* _Input_
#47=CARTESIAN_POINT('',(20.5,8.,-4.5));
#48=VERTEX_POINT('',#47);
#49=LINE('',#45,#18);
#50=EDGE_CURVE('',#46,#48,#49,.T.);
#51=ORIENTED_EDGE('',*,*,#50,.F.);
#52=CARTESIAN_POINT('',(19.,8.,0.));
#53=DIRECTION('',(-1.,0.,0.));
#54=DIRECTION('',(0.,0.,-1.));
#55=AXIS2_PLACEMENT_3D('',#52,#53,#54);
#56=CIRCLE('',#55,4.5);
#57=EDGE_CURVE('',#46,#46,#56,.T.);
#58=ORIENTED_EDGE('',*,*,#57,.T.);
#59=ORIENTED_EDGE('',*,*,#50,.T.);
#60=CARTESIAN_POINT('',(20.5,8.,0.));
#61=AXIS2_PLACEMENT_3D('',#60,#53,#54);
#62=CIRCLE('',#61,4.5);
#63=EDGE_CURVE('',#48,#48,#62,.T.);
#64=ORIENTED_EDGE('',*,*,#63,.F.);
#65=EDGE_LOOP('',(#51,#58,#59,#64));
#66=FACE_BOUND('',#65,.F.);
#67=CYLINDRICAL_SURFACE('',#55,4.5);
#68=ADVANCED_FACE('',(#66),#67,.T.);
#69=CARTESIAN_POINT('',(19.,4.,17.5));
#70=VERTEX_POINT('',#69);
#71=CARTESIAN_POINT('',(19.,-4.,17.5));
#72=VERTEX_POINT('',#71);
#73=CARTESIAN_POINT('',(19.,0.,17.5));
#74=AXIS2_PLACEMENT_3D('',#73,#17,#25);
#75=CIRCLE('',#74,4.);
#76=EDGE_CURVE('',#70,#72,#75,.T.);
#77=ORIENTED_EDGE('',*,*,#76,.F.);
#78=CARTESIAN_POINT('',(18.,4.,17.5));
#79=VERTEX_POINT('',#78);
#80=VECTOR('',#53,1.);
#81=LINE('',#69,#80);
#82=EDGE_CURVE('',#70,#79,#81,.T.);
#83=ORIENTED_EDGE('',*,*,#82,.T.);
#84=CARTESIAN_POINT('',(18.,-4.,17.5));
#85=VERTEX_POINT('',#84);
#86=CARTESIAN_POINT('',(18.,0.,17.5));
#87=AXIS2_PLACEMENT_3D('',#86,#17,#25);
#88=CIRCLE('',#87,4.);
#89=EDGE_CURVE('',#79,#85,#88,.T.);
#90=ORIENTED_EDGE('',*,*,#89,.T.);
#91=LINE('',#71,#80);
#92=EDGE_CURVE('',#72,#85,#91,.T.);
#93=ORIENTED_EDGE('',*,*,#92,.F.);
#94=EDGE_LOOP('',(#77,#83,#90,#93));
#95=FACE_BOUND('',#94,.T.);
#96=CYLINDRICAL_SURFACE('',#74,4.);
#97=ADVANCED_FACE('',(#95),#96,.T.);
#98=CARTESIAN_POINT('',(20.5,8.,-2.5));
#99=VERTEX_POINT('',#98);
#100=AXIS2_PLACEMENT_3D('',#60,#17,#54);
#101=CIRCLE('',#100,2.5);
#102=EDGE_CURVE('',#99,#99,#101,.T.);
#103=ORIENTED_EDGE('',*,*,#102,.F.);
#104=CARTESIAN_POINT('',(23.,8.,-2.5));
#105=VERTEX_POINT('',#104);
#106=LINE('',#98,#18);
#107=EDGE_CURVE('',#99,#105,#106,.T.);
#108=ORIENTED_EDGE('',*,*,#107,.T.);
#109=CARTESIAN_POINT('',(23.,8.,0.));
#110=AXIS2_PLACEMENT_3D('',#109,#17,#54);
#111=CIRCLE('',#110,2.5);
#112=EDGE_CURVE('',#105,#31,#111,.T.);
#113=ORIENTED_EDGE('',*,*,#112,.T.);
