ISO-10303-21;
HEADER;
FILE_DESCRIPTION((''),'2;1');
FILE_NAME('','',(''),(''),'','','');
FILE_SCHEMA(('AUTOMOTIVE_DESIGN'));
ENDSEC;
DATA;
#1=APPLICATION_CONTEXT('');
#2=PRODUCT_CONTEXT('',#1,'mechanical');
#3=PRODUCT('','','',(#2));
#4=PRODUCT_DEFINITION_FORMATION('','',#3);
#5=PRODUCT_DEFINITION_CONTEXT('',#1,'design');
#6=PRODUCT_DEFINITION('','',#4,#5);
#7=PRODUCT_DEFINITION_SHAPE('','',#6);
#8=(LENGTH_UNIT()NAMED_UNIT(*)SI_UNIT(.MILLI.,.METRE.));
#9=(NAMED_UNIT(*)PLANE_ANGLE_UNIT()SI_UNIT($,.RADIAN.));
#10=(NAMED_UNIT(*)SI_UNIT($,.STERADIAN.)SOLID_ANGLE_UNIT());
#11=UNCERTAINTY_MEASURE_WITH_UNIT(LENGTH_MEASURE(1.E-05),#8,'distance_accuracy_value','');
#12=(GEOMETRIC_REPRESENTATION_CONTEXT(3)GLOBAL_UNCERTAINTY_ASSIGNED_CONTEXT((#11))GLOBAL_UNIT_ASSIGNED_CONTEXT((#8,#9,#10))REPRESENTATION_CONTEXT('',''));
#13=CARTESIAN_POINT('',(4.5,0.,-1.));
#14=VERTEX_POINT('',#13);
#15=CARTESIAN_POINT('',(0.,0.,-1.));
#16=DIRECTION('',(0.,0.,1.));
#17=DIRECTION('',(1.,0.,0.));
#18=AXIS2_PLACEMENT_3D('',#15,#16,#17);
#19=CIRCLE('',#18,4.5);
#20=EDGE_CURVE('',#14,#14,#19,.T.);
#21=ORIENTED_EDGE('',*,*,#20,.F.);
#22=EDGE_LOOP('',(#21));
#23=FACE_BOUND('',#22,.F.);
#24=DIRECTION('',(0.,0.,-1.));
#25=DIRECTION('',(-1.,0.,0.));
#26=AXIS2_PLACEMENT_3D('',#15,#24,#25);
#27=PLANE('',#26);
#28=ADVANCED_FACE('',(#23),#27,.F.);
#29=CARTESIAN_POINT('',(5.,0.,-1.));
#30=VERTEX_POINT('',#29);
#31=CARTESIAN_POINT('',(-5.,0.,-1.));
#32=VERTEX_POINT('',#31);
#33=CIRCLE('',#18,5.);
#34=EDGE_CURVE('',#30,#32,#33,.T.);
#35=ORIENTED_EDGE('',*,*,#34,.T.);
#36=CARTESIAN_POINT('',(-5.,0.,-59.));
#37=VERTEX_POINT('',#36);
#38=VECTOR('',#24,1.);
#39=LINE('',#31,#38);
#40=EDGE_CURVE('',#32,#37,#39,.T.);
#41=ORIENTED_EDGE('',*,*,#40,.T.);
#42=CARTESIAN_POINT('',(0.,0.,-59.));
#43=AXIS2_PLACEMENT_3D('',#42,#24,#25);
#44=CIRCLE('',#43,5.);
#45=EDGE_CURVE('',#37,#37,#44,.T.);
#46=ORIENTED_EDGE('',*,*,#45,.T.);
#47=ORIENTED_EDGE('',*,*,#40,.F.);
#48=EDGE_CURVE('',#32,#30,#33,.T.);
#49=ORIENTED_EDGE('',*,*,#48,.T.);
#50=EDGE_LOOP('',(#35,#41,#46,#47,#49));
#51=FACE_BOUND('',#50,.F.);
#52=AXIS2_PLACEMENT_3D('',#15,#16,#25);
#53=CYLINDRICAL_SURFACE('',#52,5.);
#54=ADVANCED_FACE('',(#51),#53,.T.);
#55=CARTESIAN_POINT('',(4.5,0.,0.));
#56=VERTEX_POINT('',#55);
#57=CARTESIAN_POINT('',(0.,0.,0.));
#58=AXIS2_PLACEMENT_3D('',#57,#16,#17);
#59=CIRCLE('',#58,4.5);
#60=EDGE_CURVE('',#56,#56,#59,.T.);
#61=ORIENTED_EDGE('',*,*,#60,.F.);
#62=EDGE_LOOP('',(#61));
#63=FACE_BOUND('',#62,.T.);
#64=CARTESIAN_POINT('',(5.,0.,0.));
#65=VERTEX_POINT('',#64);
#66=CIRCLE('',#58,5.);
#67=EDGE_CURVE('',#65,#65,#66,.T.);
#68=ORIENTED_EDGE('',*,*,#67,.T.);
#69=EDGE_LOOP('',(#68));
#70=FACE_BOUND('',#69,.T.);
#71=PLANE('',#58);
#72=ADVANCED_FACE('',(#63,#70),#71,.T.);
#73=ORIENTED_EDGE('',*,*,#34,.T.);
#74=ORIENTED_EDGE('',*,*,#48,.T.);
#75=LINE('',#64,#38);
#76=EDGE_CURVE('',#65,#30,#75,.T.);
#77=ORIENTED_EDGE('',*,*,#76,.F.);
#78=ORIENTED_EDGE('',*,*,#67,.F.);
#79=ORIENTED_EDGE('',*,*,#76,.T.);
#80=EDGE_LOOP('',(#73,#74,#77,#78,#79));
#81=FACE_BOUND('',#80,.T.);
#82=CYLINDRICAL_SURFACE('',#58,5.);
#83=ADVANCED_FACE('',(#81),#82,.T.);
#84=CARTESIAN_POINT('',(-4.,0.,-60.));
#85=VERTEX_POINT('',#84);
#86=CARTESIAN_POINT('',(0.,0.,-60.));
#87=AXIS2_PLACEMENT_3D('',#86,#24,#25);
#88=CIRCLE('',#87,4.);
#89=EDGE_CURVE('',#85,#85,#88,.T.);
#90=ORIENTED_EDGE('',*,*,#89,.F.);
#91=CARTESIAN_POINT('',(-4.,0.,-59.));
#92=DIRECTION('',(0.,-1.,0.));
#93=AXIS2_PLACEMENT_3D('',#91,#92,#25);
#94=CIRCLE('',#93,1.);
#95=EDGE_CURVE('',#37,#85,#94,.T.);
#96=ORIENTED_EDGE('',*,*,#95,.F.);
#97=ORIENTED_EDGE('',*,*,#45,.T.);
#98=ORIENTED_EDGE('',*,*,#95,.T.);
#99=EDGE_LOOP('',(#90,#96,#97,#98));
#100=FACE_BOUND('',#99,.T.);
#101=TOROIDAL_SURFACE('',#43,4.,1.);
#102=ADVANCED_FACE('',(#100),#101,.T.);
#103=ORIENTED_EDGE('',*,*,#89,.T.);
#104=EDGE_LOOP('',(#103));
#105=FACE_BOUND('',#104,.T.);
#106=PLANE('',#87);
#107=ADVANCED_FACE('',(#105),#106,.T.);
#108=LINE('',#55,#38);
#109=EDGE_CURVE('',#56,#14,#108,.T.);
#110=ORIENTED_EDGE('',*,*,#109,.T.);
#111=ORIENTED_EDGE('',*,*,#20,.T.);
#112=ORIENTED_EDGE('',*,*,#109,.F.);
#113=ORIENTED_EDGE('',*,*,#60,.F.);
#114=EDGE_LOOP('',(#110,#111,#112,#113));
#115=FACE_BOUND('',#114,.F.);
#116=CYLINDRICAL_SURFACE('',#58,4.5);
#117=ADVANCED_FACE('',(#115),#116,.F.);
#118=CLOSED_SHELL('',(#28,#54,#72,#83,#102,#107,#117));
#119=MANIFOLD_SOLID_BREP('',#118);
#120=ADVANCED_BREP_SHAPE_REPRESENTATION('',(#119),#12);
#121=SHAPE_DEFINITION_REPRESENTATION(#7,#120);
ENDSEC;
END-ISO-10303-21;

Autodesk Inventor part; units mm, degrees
ref_plane "YZ Plane" through (0, 0, 0) normal (1, 0, 0) x (0, 1, 0)
ref_plane "XZ Plane" through (0, 0, 0) normal (0, 1, 0) x (-1, 0, 0)
sketch "スケッチ1" plane through (0, 0, 0) normal (0, 0, 1) x (1, 0, 0)
  circle A0 centre (0, 0) radius 5
  circle A1 centre (0, 0) radius 4.5
  dimension "d0" = 10
  dimension "d10" = 9
ref_plane "作業平面1" through (0, 0, 0) normal (0, 0, -1) x (-1, 0, 0)
extrude "押し出し5" add sketch "スケッチ1" against normal blind 1
sketch "スケッチ3" plane through (0, 0, -1) normal (0, 0, -1) x (-1, 0, 0)
  circle A0 centre (0, 0) radius 5
extrude "押し出し6" add sketch "スケッチ3" along normal blind 59
fillet "フィレット2" radius 1 1 edges at (5, 0, -60)
properties part number "ueda_hanko_3D プリント"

* _What is being asked_
In the listing above, find each line with "DIRECTION" and copy it.

* _Response below_
#53=DIRECTION('',(-1.,0.,0.));
#54=DIRECTION('',(0.,0.,-1.));
#16=DIRECTION('',(0.,0.,1.));
#17=DIRECTION('',(1.,0.,0.));
#24=DIRECTION('',(0.,0.,-1.));
#25=DIRECTION('',(-1.,0.,0.));
#92=DIRECTION('',(0.,-1.,0.));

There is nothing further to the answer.